A lack of supply caused several vaccine clinics to be scaled back or suspended in Ontario this week, leaving people in some of Toronto’s hardest-hit areas out in the cold.

These delays are extremely frustrating. They’re the result of a fragile vaccination campaign based entirely on imported doses. The slightest hiccup can throw off Canada’s rollout schedule, and has.

The other issue playing into inoculation plans, in Canada and around the world, is the discovery of extremely rare side effects in two major vaccines.
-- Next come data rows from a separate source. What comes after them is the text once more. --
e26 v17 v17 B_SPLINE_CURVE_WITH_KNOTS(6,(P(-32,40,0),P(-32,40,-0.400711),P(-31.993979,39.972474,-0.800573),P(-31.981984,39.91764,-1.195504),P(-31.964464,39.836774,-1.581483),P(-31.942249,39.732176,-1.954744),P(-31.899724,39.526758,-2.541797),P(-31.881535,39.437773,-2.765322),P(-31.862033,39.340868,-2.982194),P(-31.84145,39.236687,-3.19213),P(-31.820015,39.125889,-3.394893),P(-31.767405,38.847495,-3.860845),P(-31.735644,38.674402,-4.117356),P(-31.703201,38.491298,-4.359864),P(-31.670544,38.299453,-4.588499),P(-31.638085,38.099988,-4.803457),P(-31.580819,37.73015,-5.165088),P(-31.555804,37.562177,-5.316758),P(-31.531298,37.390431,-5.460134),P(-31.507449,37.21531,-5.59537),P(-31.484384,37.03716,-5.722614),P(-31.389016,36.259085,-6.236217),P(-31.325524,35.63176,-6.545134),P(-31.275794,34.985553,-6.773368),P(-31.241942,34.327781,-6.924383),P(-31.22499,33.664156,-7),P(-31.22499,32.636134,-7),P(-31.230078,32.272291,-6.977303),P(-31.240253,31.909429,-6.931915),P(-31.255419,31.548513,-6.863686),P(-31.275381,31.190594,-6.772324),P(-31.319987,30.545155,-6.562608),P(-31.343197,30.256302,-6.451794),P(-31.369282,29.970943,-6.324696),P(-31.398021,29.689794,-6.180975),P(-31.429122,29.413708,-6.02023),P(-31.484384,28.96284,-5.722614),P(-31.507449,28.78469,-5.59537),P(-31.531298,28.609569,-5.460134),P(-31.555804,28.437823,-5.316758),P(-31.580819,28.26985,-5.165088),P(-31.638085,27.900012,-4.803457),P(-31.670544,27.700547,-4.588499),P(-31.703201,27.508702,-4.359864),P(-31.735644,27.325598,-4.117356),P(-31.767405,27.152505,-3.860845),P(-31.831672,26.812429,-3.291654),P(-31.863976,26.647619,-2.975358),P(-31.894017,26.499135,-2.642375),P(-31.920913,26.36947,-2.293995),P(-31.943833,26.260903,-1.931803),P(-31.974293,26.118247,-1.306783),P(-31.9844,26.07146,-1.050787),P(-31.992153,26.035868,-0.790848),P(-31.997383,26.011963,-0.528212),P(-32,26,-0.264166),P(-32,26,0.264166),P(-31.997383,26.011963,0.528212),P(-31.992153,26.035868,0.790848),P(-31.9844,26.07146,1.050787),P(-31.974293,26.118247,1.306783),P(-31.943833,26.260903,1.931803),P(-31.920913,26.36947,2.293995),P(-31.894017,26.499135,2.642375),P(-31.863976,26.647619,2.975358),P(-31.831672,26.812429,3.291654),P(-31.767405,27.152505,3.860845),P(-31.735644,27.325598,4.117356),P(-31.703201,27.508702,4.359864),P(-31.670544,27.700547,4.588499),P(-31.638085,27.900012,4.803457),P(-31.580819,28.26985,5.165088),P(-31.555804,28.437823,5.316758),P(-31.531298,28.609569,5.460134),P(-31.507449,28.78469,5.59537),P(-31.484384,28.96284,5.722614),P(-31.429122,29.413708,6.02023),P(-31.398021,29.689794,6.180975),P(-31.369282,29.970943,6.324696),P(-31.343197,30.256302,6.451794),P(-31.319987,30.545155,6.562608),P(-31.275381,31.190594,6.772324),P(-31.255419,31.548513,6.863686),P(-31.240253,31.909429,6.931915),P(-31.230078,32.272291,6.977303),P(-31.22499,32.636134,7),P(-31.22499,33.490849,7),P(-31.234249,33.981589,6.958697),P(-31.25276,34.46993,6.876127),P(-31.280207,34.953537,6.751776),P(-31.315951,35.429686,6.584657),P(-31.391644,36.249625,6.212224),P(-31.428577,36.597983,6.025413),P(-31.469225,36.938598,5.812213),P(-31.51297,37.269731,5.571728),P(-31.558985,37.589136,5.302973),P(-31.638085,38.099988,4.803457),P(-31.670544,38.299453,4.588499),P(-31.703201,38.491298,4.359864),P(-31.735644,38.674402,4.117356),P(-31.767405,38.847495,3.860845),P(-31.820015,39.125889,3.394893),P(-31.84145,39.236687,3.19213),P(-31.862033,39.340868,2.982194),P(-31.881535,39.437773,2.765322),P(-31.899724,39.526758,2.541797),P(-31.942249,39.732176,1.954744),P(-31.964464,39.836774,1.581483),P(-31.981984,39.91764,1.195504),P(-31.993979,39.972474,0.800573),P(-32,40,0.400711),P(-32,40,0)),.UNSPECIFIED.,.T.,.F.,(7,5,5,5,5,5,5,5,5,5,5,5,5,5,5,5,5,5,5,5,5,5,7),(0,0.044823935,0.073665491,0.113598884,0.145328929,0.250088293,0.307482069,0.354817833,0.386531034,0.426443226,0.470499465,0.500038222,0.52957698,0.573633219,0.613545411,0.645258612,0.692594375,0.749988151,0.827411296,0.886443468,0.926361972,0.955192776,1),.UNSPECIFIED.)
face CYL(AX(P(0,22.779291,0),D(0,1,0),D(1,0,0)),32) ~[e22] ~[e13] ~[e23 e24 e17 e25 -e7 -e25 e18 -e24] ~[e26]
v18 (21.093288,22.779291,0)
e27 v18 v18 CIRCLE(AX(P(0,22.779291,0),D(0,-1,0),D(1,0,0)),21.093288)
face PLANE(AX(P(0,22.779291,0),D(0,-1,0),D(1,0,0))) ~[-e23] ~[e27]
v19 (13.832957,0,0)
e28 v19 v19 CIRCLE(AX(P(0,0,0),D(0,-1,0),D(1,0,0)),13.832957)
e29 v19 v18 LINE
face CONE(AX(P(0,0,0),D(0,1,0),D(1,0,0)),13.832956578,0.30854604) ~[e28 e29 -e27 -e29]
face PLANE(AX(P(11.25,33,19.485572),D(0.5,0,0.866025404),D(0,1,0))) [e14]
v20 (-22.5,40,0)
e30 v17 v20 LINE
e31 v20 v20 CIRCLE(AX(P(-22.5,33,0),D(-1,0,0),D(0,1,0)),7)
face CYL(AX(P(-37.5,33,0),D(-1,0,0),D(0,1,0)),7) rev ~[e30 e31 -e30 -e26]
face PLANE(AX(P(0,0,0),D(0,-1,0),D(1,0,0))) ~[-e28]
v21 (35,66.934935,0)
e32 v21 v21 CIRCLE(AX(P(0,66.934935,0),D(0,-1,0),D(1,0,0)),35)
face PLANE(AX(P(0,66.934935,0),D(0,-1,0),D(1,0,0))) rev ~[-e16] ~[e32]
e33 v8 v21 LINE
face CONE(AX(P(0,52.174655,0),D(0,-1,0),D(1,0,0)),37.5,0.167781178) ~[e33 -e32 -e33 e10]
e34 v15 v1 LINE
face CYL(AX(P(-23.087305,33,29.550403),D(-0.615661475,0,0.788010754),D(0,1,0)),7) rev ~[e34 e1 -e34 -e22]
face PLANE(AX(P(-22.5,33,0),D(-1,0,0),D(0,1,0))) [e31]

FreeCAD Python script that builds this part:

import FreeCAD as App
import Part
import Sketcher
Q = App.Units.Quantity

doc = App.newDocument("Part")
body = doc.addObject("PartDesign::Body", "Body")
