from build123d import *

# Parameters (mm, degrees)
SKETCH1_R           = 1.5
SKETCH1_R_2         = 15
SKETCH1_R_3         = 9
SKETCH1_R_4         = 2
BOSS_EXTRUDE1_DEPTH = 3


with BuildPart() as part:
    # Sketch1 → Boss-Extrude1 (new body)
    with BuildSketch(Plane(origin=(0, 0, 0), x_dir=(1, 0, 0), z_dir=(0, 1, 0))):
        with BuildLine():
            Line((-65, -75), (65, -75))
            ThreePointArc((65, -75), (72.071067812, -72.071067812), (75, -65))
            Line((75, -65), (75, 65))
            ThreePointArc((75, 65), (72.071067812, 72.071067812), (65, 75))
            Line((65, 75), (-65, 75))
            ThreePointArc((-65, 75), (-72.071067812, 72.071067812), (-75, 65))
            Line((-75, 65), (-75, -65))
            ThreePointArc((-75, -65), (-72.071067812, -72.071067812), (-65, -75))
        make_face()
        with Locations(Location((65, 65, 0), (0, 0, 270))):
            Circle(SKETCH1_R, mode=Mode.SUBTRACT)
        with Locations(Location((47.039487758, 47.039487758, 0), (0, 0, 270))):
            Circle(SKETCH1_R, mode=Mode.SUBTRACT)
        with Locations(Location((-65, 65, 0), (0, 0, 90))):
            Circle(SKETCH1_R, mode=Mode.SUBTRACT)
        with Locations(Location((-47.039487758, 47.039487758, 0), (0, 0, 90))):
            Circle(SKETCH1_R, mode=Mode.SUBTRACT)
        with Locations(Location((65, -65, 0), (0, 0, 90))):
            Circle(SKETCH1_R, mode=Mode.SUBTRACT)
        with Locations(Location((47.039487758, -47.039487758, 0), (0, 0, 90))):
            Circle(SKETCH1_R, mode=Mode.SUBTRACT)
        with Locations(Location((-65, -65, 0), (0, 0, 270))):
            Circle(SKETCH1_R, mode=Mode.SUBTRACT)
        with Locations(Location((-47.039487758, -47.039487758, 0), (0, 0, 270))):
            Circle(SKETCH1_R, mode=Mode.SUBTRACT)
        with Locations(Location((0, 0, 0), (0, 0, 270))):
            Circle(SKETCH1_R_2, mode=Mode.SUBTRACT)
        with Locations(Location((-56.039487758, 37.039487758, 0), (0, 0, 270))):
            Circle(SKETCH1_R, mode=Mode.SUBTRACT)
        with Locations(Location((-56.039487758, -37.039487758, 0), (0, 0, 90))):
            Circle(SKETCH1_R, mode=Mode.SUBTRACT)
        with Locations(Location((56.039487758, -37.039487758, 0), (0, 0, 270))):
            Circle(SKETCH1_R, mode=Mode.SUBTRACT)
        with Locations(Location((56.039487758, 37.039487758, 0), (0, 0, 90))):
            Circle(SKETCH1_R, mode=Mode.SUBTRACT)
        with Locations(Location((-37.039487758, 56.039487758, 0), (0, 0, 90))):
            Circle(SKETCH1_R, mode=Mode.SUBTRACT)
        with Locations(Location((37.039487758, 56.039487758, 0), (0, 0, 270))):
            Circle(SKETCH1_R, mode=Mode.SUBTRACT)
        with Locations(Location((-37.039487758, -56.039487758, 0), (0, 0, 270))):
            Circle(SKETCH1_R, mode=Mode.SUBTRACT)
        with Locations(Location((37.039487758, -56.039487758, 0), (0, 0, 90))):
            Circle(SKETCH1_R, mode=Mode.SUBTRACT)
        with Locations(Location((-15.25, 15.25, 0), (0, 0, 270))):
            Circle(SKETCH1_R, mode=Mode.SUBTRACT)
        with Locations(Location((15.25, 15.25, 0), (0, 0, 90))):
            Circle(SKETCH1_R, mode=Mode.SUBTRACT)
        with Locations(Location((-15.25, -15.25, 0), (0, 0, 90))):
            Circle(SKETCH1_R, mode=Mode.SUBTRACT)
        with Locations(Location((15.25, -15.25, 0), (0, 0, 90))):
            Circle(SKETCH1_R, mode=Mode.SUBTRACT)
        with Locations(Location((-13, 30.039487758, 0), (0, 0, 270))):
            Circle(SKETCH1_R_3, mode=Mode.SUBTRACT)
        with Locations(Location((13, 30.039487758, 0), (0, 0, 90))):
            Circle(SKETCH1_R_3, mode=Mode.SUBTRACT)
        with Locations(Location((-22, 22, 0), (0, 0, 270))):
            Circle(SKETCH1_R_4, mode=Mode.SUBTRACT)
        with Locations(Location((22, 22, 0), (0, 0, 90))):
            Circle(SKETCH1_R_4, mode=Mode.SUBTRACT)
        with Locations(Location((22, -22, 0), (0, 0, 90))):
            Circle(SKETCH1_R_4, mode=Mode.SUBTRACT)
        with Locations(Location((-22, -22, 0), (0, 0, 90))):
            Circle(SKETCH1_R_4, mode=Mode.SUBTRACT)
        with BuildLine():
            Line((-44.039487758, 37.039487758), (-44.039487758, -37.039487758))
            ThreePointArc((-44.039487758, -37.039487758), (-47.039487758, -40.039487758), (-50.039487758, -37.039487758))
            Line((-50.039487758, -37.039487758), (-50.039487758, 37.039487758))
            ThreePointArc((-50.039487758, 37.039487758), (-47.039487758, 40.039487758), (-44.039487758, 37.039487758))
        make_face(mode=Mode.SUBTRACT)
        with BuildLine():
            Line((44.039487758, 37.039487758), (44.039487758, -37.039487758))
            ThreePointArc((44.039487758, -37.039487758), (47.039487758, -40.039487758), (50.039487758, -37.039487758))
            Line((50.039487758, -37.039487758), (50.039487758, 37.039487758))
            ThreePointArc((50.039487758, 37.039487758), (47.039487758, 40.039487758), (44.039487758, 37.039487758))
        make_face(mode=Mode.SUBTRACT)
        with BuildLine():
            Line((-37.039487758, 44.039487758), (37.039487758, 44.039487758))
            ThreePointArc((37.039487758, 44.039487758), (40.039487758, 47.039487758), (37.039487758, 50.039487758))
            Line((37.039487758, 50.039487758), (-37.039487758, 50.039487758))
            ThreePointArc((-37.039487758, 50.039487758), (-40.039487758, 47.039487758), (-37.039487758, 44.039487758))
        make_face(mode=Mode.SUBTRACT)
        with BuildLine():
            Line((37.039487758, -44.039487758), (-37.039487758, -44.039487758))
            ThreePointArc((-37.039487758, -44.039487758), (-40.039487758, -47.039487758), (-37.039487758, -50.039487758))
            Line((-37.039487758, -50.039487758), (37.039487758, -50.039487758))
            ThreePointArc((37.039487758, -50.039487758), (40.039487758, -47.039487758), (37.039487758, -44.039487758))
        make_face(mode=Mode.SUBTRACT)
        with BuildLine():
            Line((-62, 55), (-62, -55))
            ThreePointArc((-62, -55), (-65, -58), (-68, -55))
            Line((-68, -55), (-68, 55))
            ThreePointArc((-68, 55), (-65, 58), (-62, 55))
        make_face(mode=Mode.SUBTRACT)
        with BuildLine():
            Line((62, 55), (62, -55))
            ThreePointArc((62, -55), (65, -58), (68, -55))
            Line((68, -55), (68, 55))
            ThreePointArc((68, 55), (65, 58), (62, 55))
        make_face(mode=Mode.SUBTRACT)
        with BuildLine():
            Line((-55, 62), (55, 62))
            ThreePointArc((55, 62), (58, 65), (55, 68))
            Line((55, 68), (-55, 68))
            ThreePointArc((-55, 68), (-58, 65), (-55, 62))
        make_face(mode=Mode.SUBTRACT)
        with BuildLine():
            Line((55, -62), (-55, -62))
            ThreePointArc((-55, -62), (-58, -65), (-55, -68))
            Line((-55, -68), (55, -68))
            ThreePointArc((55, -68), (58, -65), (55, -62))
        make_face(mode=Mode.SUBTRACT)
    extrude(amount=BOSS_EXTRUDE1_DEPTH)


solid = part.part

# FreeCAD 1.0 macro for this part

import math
import FreeCAD as App
import Part
import Sketcher

V = App.Vector

doc = App.newDocument("Part")
params = doc.addObject("Spreadsheet::Sheet", "Params")
for row, (alias, value) in enumerate([
    ("sketch1_diameter", "3 mm"),
    ("sketch1_diameter2", "4 mm"),
    ("sketch1_diameter3", "18 mm"),
    ("sketch1_diameter4", "30 mm"),
    ("sketch1_radius", "10 mm"),
    ("pad1_length", "3 mm"),
], start=1):
    params.set(f"A{row}", alias)
    params.set(f"B{row}", "=" + value)
    params.setAlias(f"B{row}", alias)

body = doc.addObject("PartDesign::Body", "Body")

# Sketch on XZ plane
sketch1 = body.newObject("Sketcher::SketchObject", "Sketch")
sketch1.AttachmentSupport = (doc.getObject("XZ_Plane"), [""])
sketch1.MapMode = "FlatFace"
sketch1.addGeometry([
    Part.LineSegment(V(-65, 75, 0), V(65, 75, 0)),  # 0
    Part.ArcOfCircle(Part.Circle(V(65, 65, 0), V(0, 0, 1), 10), math.radians(0), math.radians(90)),  # 1
    Part.LineSegment(V(75, 65, 0), V(75, -65, 0)),  # 2
    Part.ArcOfCircle(Part.Circle(V(65, -65, 0), V(0, 0, 1), 10), math.radians(-90), math.radians(0)),  # 3
    Part.LineSegment(V(65, -75, 0), V(-65, -75, 0)),  # 4
    Part.ArcOfCircle(Part.Circle(V(-65, -65, 0), V(0, 0, 1), 10), math.radians(180), math.radians(270)),  # 5
    Part.LineSegment(V(-75, -65, 0), V(-75, 65, 0)),  # 6
    Part.ArcOfCircle(Part.Circle(V(-65, 65, 0), V(0, 0, 1), 10), math.radians(90), math.radians(180)),  # 7
    Part.Circle(V(-65, 65, 0), V(0, 0, 1), 1.5),  # 8
    Part.Circle(V(-37, 56, 0), V(0, 0, 1), 1.5),  # 9
    Part.Circle(V(-56, 37, 0), V(0, 0, 1), 1.5),  # 10
    Part.Circle(V(-47, 47, 0), V(0, 0, 1), 1.5),  # 11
Tiny numbers of people who have received a dose of the AstraZeneca or Johnson & Johnson vaccines have developed potentially fatal blood clots.

On Wednesday, Health Canada reiterated its position that AstraZeneca is safe for all ages, which is good news.

But that announcement came in the shadow of another by U.S. health officials, who on Tuesday paused the delivery of the Johnson & Johnson vaccine after six people, out 6.8 million who had been injected, developed similar blood clots.

Canadians now have to wade through a lot of contradictory developments related to this side effect.

Denmark this week elected to permanently suspend the use of the AstraZeneca vaccine. But other European countries continue to use it for people over the ages of 50 or 60, whereas Britain, which has already safely delivered tens of millions of the shots, introduced a new cut-off age of 30. Here at home, the National Advisory Committee on Immunization (NACI) is still recommending it not be used on people under 55.

And on Monday, a woman in Quebec became the first Canadian to get a dose of AstraZeneca and develop blood clots (she is out of danger, at last report).

As for the Johnson & Johnson vaccine, Health Canada has approved its use but this country still hasn’t received any doses. Given that Canada has 10 million on order, any delays in their delivery or limits on their use would be a significant blow.

And for all that, Canadians waiting patiently for a shot should be reassured that pauses or changes of plans in response to the identification of rare side effects are exactly the way the system – and science – are supposed to work.

Health Canada authorizes vaccines and other drugs based on a risk-benefit analysis, and there is no such thing as a medicine that doesn’t have side effects of some kind.

As Dr. Supriya Sharma, Health Canada’s chief medical adviser, said Wednesday, there are other drugs approved for use in Canada, such as oral contraceptives, that carry a risk of blood clots. There is even one drug, Heparin, that can produce the same dangerous clots found in the vaccines.

In those cases, the benefits of the drugs far outweigh the risks. And right now in Canada, the overarching risk is catching COVID-19. The occurrence of blood clots caused by AstraZeneca is vanishingly small, and the condition is easily treatable if it arises. That makes the continued use of AstraZeneca medically sound. The evidence at hand suggests health officials in Canada and other countries will reach a similar conclusion about the Johnson & Johnson vaccine.